I just noticed that FPC's magazine also has an article entitled; 'Doctrinal Crisis in the OPC' - Here's a quote if you interested. 

"The report strongly affirms the orthodox position and opposes the
New Perspective, but the upholders of orthodoxy are not hopeful that it will
do any good. They point to the following defects: (1) The report does not
condemn the New Perspective as heresy. It is not enough merely to declare
that it is “error” when it is a false gospel destroying men’s souls. (2) The
report turns a blind eye to the existence of this heresy in the OPC. All its
criticisms are directed at those outwith the OPC. (3) It is not enough to
denounce error, even in strong terms, if one will not proceed eventually to
the discipline of those who are guilty. Heretics are generally not nervous
types, to be silenced with expressions of disapproval, and they do not usually
leave of their own accord. The Assembly has made it plain that those who
preach the New Perspective have nothing to fear."

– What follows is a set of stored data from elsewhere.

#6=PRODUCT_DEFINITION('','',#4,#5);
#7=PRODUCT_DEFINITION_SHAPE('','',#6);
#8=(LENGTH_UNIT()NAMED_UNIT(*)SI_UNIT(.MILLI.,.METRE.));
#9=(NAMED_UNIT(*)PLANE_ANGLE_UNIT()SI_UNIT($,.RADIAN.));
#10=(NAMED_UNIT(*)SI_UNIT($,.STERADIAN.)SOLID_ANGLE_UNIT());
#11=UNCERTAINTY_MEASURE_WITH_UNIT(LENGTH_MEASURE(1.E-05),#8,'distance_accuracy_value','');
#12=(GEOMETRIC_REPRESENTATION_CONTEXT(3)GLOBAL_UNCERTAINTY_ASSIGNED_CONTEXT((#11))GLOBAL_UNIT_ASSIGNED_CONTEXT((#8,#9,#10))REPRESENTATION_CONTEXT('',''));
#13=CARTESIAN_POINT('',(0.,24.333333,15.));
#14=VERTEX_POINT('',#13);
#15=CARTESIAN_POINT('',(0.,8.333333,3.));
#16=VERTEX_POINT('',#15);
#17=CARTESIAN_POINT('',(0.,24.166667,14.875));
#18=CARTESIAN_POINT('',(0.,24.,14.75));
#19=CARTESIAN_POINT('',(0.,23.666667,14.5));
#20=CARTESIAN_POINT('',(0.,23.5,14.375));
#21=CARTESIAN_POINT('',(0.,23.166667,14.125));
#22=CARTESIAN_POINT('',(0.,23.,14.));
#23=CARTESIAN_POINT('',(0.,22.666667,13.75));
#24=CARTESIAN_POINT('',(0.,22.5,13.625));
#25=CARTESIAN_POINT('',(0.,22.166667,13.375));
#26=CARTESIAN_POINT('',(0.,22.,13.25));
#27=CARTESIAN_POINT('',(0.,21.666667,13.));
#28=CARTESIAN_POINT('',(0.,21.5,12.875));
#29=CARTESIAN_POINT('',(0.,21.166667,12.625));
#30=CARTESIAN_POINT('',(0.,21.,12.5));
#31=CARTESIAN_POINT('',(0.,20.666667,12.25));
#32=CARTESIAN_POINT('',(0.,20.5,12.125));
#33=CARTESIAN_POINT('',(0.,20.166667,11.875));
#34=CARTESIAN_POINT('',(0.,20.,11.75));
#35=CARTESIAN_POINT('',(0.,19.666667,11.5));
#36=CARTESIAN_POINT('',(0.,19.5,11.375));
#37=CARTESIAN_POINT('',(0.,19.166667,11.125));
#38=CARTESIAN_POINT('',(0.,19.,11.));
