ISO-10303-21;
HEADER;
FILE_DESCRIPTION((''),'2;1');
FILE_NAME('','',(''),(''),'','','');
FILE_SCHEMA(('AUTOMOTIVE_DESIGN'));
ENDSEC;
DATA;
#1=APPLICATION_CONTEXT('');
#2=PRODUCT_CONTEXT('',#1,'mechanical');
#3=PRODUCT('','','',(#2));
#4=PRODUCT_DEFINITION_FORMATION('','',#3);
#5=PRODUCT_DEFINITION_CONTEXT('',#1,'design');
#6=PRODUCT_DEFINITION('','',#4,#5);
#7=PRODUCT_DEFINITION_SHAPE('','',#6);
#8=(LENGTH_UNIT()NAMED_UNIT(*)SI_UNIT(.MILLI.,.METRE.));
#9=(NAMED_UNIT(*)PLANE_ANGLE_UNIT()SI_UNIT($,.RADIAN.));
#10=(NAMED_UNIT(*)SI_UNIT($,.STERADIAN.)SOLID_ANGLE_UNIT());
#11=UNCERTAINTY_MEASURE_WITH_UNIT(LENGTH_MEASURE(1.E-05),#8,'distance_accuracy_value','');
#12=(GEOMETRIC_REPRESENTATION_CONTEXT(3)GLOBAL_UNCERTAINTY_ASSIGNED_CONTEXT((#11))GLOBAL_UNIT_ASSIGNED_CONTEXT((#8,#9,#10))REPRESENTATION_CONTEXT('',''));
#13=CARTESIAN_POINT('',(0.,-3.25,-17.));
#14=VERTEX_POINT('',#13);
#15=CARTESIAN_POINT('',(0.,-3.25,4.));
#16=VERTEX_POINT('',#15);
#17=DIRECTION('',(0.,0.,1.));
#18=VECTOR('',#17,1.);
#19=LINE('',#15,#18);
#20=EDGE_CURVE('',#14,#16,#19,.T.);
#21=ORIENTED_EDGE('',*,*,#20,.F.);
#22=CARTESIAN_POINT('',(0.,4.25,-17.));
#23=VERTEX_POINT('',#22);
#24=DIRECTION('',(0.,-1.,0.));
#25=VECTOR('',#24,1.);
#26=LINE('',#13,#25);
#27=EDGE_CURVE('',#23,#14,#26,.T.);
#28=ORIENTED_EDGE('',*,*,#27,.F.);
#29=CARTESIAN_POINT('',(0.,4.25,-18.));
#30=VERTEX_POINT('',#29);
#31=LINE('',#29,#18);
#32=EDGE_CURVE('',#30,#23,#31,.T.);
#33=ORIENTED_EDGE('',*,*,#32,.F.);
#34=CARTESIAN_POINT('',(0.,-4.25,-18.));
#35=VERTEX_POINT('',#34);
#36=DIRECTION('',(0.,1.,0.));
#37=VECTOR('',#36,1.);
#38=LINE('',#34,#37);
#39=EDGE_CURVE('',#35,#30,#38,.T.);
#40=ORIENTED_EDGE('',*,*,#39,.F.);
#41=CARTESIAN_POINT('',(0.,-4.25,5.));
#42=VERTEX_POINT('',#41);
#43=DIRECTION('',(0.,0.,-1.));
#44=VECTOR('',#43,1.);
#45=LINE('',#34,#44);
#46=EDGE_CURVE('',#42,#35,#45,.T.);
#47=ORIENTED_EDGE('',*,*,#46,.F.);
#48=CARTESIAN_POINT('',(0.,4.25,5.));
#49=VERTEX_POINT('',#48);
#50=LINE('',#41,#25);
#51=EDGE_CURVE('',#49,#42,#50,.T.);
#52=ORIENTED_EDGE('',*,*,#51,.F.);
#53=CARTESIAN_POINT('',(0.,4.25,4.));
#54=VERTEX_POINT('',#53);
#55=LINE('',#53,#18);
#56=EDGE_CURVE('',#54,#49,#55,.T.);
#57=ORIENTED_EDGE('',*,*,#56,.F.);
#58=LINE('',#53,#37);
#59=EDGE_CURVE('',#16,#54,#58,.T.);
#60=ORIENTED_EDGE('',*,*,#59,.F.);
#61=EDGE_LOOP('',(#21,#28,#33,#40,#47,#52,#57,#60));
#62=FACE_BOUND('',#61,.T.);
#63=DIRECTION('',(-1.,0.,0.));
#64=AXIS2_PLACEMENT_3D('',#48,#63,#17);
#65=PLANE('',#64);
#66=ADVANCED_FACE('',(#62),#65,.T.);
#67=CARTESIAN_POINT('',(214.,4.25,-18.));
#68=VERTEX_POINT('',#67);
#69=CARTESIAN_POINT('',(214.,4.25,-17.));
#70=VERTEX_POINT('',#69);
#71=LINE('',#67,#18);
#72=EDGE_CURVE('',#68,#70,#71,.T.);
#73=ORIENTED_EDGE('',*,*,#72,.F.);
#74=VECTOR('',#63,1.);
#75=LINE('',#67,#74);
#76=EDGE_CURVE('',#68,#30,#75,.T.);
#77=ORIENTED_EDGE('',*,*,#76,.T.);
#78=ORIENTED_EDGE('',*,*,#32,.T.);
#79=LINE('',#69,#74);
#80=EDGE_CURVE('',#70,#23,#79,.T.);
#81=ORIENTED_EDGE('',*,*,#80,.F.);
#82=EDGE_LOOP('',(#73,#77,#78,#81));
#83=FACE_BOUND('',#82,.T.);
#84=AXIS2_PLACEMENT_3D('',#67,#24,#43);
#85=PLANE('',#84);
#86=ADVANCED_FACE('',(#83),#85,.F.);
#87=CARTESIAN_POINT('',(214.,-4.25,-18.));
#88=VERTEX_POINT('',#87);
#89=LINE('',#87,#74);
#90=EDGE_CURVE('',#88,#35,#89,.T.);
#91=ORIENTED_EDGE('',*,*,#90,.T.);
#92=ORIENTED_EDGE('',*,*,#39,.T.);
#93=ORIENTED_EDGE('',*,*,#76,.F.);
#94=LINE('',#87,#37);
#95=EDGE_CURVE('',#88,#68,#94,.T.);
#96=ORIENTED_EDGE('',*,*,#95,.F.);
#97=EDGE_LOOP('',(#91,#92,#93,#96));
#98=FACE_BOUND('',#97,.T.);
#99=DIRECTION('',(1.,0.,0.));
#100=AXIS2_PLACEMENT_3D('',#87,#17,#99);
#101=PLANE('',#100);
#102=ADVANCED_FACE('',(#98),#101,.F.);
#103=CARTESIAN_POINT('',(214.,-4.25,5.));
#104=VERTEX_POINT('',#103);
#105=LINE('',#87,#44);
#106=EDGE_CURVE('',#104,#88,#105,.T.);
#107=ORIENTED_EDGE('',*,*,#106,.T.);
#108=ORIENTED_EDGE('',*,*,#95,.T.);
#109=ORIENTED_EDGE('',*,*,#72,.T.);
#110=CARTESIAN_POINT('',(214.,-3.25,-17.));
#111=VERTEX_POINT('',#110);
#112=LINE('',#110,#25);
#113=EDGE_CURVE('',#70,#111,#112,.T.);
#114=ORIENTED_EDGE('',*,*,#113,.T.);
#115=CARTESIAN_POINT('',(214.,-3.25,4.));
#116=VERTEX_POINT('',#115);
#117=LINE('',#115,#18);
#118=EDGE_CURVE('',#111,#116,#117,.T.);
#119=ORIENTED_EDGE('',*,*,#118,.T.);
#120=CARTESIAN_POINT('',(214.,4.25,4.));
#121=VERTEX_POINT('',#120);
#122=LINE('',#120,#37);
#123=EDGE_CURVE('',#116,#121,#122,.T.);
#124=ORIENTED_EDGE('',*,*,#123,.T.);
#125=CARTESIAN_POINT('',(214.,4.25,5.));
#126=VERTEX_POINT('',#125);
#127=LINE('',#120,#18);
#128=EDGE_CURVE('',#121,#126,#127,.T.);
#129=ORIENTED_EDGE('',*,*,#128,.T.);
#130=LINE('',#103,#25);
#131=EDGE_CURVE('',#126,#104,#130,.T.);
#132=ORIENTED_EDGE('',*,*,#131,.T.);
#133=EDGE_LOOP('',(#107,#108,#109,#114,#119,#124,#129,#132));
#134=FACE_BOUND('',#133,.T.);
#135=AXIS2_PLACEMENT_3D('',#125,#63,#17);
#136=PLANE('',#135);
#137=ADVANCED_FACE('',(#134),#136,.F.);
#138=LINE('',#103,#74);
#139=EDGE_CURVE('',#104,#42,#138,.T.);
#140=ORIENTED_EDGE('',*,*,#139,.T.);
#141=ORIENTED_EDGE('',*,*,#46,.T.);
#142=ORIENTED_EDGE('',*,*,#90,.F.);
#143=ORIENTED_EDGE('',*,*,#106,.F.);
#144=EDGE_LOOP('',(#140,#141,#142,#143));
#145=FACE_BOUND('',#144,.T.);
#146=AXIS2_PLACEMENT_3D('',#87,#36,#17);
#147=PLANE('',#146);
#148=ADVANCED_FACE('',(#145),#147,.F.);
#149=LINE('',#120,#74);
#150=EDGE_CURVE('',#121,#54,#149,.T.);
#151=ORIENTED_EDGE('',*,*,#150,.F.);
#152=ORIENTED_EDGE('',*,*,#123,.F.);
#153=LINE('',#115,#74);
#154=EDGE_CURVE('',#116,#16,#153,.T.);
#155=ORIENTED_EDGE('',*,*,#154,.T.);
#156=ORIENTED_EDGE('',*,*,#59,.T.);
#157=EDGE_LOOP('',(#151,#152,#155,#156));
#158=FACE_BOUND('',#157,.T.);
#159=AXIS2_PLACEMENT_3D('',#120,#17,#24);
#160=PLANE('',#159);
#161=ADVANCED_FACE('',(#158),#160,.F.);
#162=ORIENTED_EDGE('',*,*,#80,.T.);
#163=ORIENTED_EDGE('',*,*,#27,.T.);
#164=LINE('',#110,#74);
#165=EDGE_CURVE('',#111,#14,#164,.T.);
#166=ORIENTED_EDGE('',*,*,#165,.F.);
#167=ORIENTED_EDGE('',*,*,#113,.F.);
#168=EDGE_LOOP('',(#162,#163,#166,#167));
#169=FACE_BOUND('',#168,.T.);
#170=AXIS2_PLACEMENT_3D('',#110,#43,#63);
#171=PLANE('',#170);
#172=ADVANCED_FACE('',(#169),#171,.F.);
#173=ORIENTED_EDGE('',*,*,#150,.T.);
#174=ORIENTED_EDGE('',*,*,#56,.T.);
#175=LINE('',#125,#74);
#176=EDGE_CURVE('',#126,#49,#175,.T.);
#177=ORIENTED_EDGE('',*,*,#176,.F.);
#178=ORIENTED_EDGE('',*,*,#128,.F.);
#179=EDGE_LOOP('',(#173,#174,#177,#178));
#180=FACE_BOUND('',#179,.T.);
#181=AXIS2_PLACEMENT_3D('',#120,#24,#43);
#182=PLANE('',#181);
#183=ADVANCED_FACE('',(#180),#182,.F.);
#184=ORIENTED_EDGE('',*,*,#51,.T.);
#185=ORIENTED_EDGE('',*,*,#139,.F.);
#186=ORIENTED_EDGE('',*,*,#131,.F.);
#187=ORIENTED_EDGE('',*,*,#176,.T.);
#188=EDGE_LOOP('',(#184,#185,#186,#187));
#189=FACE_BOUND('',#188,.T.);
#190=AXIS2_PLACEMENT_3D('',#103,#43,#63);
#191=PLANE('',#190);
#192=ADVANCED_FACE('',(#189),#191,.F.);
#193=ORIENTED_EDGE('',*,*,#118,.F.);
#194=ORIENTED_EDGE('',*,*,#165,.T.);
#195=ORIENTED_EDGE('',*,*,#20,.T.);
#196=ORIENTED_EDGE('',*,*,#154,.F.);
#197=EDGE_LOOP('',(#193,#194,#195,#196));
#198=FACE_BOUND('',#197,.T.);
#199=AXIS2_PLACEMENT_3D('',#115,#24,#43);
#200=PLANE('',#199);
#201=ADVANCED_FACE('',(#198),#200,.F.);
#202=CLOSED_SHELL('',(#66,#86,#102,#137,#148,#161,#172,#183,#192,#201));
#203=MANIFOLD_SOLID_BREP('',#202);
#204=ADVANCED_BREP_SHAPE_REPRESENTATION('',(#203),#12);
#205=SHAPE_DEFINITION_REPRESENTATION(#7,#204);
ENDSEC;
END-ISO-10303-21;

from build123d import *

# Parameters (mm, degrees)
BOSS_EXTRUDE1_DEPTH = 214


with BuildPart() as part:
    # Sketch2 → Boss-Extrude1 (new body)
    with BuildSketch(Plane(origin=(0, 0, 0), x_dir=(0, 0, -1), z_dir=(1, 0, 0))):
        Polygon((-4, 4.25), (-4, -3.25), (17, -3.25), (17, 4.25), (18, 4.25), (18, -4.25), (-5, -4.25), (-5, 4.25), align=None)
    extrude(amount=BOSS_EXTRUDE1_DEPTH)


solid = part.part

-------------------------------------
The Free Presbyterian Magazine
Vol 111 August 2006 No 8 , Page 253
http://www.fpchurch.org.uk/Magazines/fpm/2006/August.pdf


----------



## Dan....

Archlute said:


> Dan,
> 
> I tried reading the link to the old post, but the text that came up on my screen had been corrupted and was difficult to understand. I cannot therefore say whether or not you are confused by FV thought, nor whether or not the Gaffin passage under discussion is problematic. I will, however, point out the problem to which Sean is objecting. FV advocates typically say, "Hey look, Mr. X says this... Now look here, WCF says the same thing... Therefore, Mr. X is an orthodox, confessional theologian." That is what I heard at my church, and (if the passage on Gaffin is being read correctly by me) what seems to be the case here.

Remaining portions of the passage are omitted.